Offshore oil and gas workers have secured a sector-leading pay rise of 8.6 per cent after threatening industrial action against a key labour hire firm.
The Offshore Alliance, a team-up of the Australian Workers Union and Maritime Union of Australia, revealed on Monday it had reached an in-principle deal with Rigforce that guarantees about 60 drill workers a 15.6 per cent pay rise over two years, made up of 8.6 per cent this year and 7 per cent next year.
Rigforce supplies labour to vessels contracted with Inpex and its LNG plant in northern Australia. 
The deal is the latest massive pay rise in the offshore resources sector and surpasses previous highs over just the past two months ranging from 6 per cent to 8 per cent.
Bargaining in the sector is expected to heat up further over the next few months, even as the Reserve Bank closely watches wages growth out of concerns it could cause high inflation to persist for longer, and therefore keep interest rates up.
Alliance spokesman, AWU West Australian secretary Brad Gandy, said the deal was “a positive outcome for offshore drill crew who, over the past six years, have experienced deteriorating real wages and employment conditions”.
“We’ve allocated significant organising resources into the offshore drilling sector, which has traditionally been poorly organised and characterised by subpar agreements, over the past 18 months,” he said.

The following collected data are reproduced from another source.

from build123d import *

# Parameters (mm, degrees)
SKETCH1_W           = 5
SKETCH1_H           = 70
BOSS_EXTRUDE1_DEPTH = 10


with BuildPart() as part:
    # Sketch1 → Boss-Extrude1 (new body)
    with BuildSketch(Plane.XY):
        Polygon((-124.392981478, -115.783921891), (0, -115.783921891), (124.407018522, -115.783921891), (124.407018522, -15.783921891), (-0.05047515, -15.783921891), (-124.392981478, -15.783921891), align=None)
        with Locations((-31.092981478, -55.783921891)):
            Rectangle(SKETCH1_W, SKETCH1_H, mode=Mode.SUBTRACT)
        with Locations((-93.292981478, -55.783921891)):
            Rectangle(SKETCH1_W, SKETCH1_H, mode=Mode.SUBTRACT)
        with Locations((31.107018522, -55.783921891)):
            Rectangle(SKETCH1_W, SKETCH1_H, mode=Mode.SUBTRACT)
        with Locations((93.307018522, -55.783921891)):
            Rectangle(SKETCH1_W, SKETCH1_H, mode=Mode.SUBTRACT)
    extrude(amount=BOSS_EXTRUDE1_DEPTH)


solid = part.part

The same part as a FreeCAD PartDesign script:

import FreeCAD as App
import Part
import Sketcher

V = App.Vector

doc = App.newDocument("Part")
body = doc.addObject("PartDesign::Body", "Body")

sketch1 = body.newObject("Sketcher::SketchObject", "Sketch")
sketch1.AttachmentSupport = (doc.getObject("XY_Plane"), [""])
sketch1.MapMode = "FlatFace"
sketch1.addGeometry(Part.LineSegment(V(-124.4, -115.8, 0), V(124.4, -115.8, 0)), False)
sketch1.addGeometry(Part.LineSegment(V(124.4, -115.8, 0), V(124.4, -15.8, 0)), False)
sketch1.addGeometry(Part.LineSegment(V(124.4, -15.8, 0), V(-124.4, -15.8, 0)), False)
sketch1.addGeometry(Part.LineSegment(V(-124.4, -15.8, 0), V(-124.4, -115.8, 0)), False)
sketch1.addGeometry(Part.LineSegment(V(-90.8, -90.8, 0), V(-95.8, -90.8, 0)), False)
sketch1.addGeometry(Part.LineSegment(V(-95.8, -90.8, 0), V(-95.8, -20.8, 0)), False)
sketch1.addGeometry(Part.LineSegment(V(-95.8, -20.8, 0), V(-90.8, -20.8, 0)), False)
sketch1.addGeometry(Part.LineSegment(V(-90.8, -20.8, 0), V(-90.8, -90.8, 0)), False)
sketch1.addGeometry(Part.LineSegment(V(-28.6, -90.8, 0), V(-33.6, -90.8, 0)), False)
sketch1.addGeometry(Part.LineSegment(V(-33.6, -90.8, 0), V(-33.6, -20.8, 0)), False)
sketch1.addGeometry(Part.LineSegment(V(-33.6, -20.8, 0), V(-28.6, -20.8, 0)), False)
sketch1.addGeometry(Part.LineSegment(V(-28.6, -20.8, 0), V(-28.6, -90.8, 0)), False)
sketch1.addGeometry(Part.LineSegment(V(33.6, -90.8, 0), V(28.6, -90.8, 0)), False)
sketch1.addGeometry(Part.LineSegment(V(28.6, -90.8, 0), V(28.6, -20.8, 0)), False)
sketch1.addGeometry(Part.LineSegment(V(28.6, -20.8, 0), V(33.6, -20.8, 0)), False)
sketch1.addGeometry(Part.LineSegment(V(33.6, -20.8, 0), V(33.6, -90.8, 0)), False)
sketch1.addGeometry(Part.LineSegment(V(95.8, -90.8, 0), V(90.8, -90.8, 0)), False)
sketch1.addGeometry(Part.LineSegment(V(90.8, -90.8, 0), V(90.8, -20.8, 0)), False)
sketch1.addGeometry(Part.LineSegment(V(90.8, -20.8, 0), V(95.8, -20.8, 0)), False)
sketch1.addGeometry(Part.LineSegment(V(95.8, -20.8, 0), V(95.8, -90.8, 0)), False)
sketch1.addConstraint(Sketcher.Constraint("Coincident", 0, 2, 1, 1))
sketch1.addConstraint(Sketcher.Constraint("Coincident", 1, 2, 2, 1))
sketch1.addConstraint(Sketcher.Constraint("Coincident", 2, 2, 3, 1))
sketch1.addConstraint(Sketcher.Constraint("Coincident", 3, 2, 0, 1))
sketch1.addConstraint(Sketcher.Constraint("Coincident", 4, 2, 5, 1))
sketch1.addConstraint(Sketcher.Constraint("Coincident", 5, 2, 6, 1))
sketch1.addConstraint(Sketcher.Constraint("Coincident", 6, 2, 7, 1))
sketch1.addConstraint(Sketcher.Constraint("Coincident", 7, 2, 4, 1))
sketch1.addConstraint(Sketcher.Constraint("Coincident", 8, 2, 9, 1))
sketch1.addConstraint(Sketcher.Constraint("Coincident", 9, 2, 10, 1))
sketch1.addConstraint(Sketcher.Constraint("Coincident", 10, 2, 11, 1))
sketch1.addConstraint(Sketcher.Constraint("Coincident", 11, 2, 8, 1))
sketch1.addConstraint(Sketcher.Constraint("Coincident", 12, 2, 13, 1))
sketch1.addConstraint(Sketcher.Constraint("Coincident", 13, 2, 14, 1))
sketch1.addConstraint(Sketcher.Constraint("Coincident", 14, 2, 15, 1))
sketch1.addConstraint(Sketcher.Constraint("Coincident", 15, 2, 12, 1))
sketch1.addConstraint(Sketcher.Constraint("Coincident", 16, 2, 17, 1))
sketch1.addConstraint(Sketcher.Constraint("Coincident", 17, 2, 18, 1))
sketch1.addConstraint(Sketcher.Constraint("Coincident", 18, 2, 19, 1))
sketch1.addConstraint(Sketcher.Constraint("Coincident", 19, 2, 16, 1))
sketch1.addConstraint(Sketcher.Constraint("Horizontal", 0))
sketch1.addConstraint(Sketcher.Constraint("Vertical", 1))
sketch1.addConstraint(Sketcher.Constraint("Horizontal", 2))
sketch1.addConstraint(Sketcher.Constraint("Vertical", 3))
sketch1.addConstraint(Sketcher.Constraint("Horizontal", 4))
sketch1.addConstraint(Sketcher.Constraint("Vertical", 5))
sketch1.addConstraint(Sketcher.Constraint("Horizontal", 6))
sketch1.addConstraint(Sketcher.Constraint("Vertical", 7))
sketch1.addConstraint(Sketcher.Constraint("Horizontal", 8))
sketch1.addConstraint(Sketcher.Constraint("Vertical", 9))
sketch1.addConstraint(Sketcher.Constraint("Horizontal", 10))
sketch1.addConstraint(Sketcher.Constraint("Vertical", 11))
sketch1.addConstraint(Sketcher.Constraint("Horizontal", 12))
sketch1.addConstraint(Sketcher.Constraint("Vertical", 13))
sketch1.addConstraint(Sketcher.Constraint("Horizontal", 14))
sketch1.addConstraint(Sketcher.Constraint("Vertical", 15))
sketch1.addConstraint(Sketcher.Constraint("Horizontal", 16))
sketch1.addConstraint(Sketcher.Constraint("Vertical", 17))
sketch1.addConstraint(Sketcher.Constraint("Horizontal", 18))
sketch1.addConstraint(Sketcher.Constraint("Vertical", 19))
sketch1.addConstraint(Sketcher.Constraint("Horizontal", 7, 2, 8, 2))
sketch1.addConstraint(Sketcher.Constraint("Horizontal", 6, 2, 9, 2))
sketch1.addConstraint(Sketcher.Constraint("Horizontal", 11, 2, 12, 2))
sketch1.addConstraint(Sketcher.Constraint("Horizontal", 10, 2, 13, 2))
sketch1.addConstraint(Sketcher.Constraint("Horizontal", 15, 2, 16, 2))
sketch1.addConstraint(Sketcher.Constraint("Horizontal", 14, 2, 17, 2))
sketch1.addConstraint(Sketcher.Constraint("Equal", 6, 8))
sketch1.addConstraint(Sketcher.Constraint("Equal", 10, 12))
sketch1.addConstraint(Sketcher.Constraint("Equal", 14, 16))
sketch1.addConstraint(Sketcher.Constraint("DistanceX", 4, 2, 4, 1, 5.0))
sketch1.addConstraint(Sketcher.Constraint("DistanceY", 1, 1, 1, 2, 100.0))
sketch1.addConstraint(Sketcher.Constraint("DistanceY", 5, 1, 5, 2, 70.0))
sketch1.addConstraint(Sketcher.Constraint("DistanceX", 0, 1, 0, 2, 248.8))
sketch1.addConstraint(Sketcher.Constraint("DistanceY", 3, 2, 4, 2, 25.0))
sketch1.addConstraint(Sketcher.Constraint("DistanceX", 3, 2, 4, 2, 28.6))
sketch1.addConstraint(Sketcher.Constraint("DistanceX", 7, 2, 8, 2, 57.2))
sketch1.addConstraint(Sketcher.Constraint("DistanceX", 11, 2, 12, 2, 57.2))
sketch1.addConstraint(Sketcher.Constraint("DistanceX", 16, 2, 0, 2, 33.6))
sketch1.addConstraint(Sketcher.Constraint("DistanceX", -1, 1, 0, 2, 124.407019))
sketch1.addConstraint(Sketcher.Constraint("DistanceY", 0, 2, -1, 1, 115.783922))
pad1 = body.newObject("PartDesign::Pad", "Pad")
pad1.Profile = sketch1
pad1.Length = 10

doc.recompute()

“It’s pleasing to see our efforts pay off with a good EBA for Rigforce employees and in-principle agreement with the other key offshore drilling labour hire provider, Atlas Professional, on an industry standard EBA.
“The two labour hire agreements largely align pay and conditions and create a new level playing field of rates and conditions, which should benefit both the drilling companies and our members.”
Rigforce, which supplies drillers for the vessel Noble Deliverer, currently performing work for Inpex, declined to comment.
The Alliance has also secured deals with major offshore drilling company Valaris and driller Noble with significant uplifts for permanent employees.
Rigforce workers, who had voted in favour of industrial action at the end of last month, will get backpaid the 8.6 per cent pay rise from July 1 on top of 12 per cent superannuation, 1 percentage point higher than the minimum.
Despite the big pay rise, the agreement is understood to be less costly as a whole compared to others struck between vessel operators and the MUA.
However, industry sources said that union pressure was ramping up in the sector and pay rises like Rigforce’s were broadly expected.
Last month, the MUA notified 41 days of strikes at vessel operator DOF Subsea. The union has since pulled the action and is understood to have an in-principle agreement to shift workers to the highest rates of pay that normally apply to specialist vessels.
The MUA is also hotly opposing Chevron’s proposed agreement at its Wheatstone LNG platform that goes to a direct ballot of employees this week, with the union’s organiser promising to resign if the deal gets up.
Recently, shipping giant Maersk agreed to an 8 per cent pay rise for officers and engineers on its vessels supplying gas platforms while UGL paid 7.5 per cent increases to maintenance workers at the Santos-led GLNG project in Queensland.
The Consumer Price Index rose 7 per cent in the year to March 2023. However, monthly indicators suggest it fell to 5.6 per cent in May.
Overall wage growth grew by 3.8 per cent in the private sector.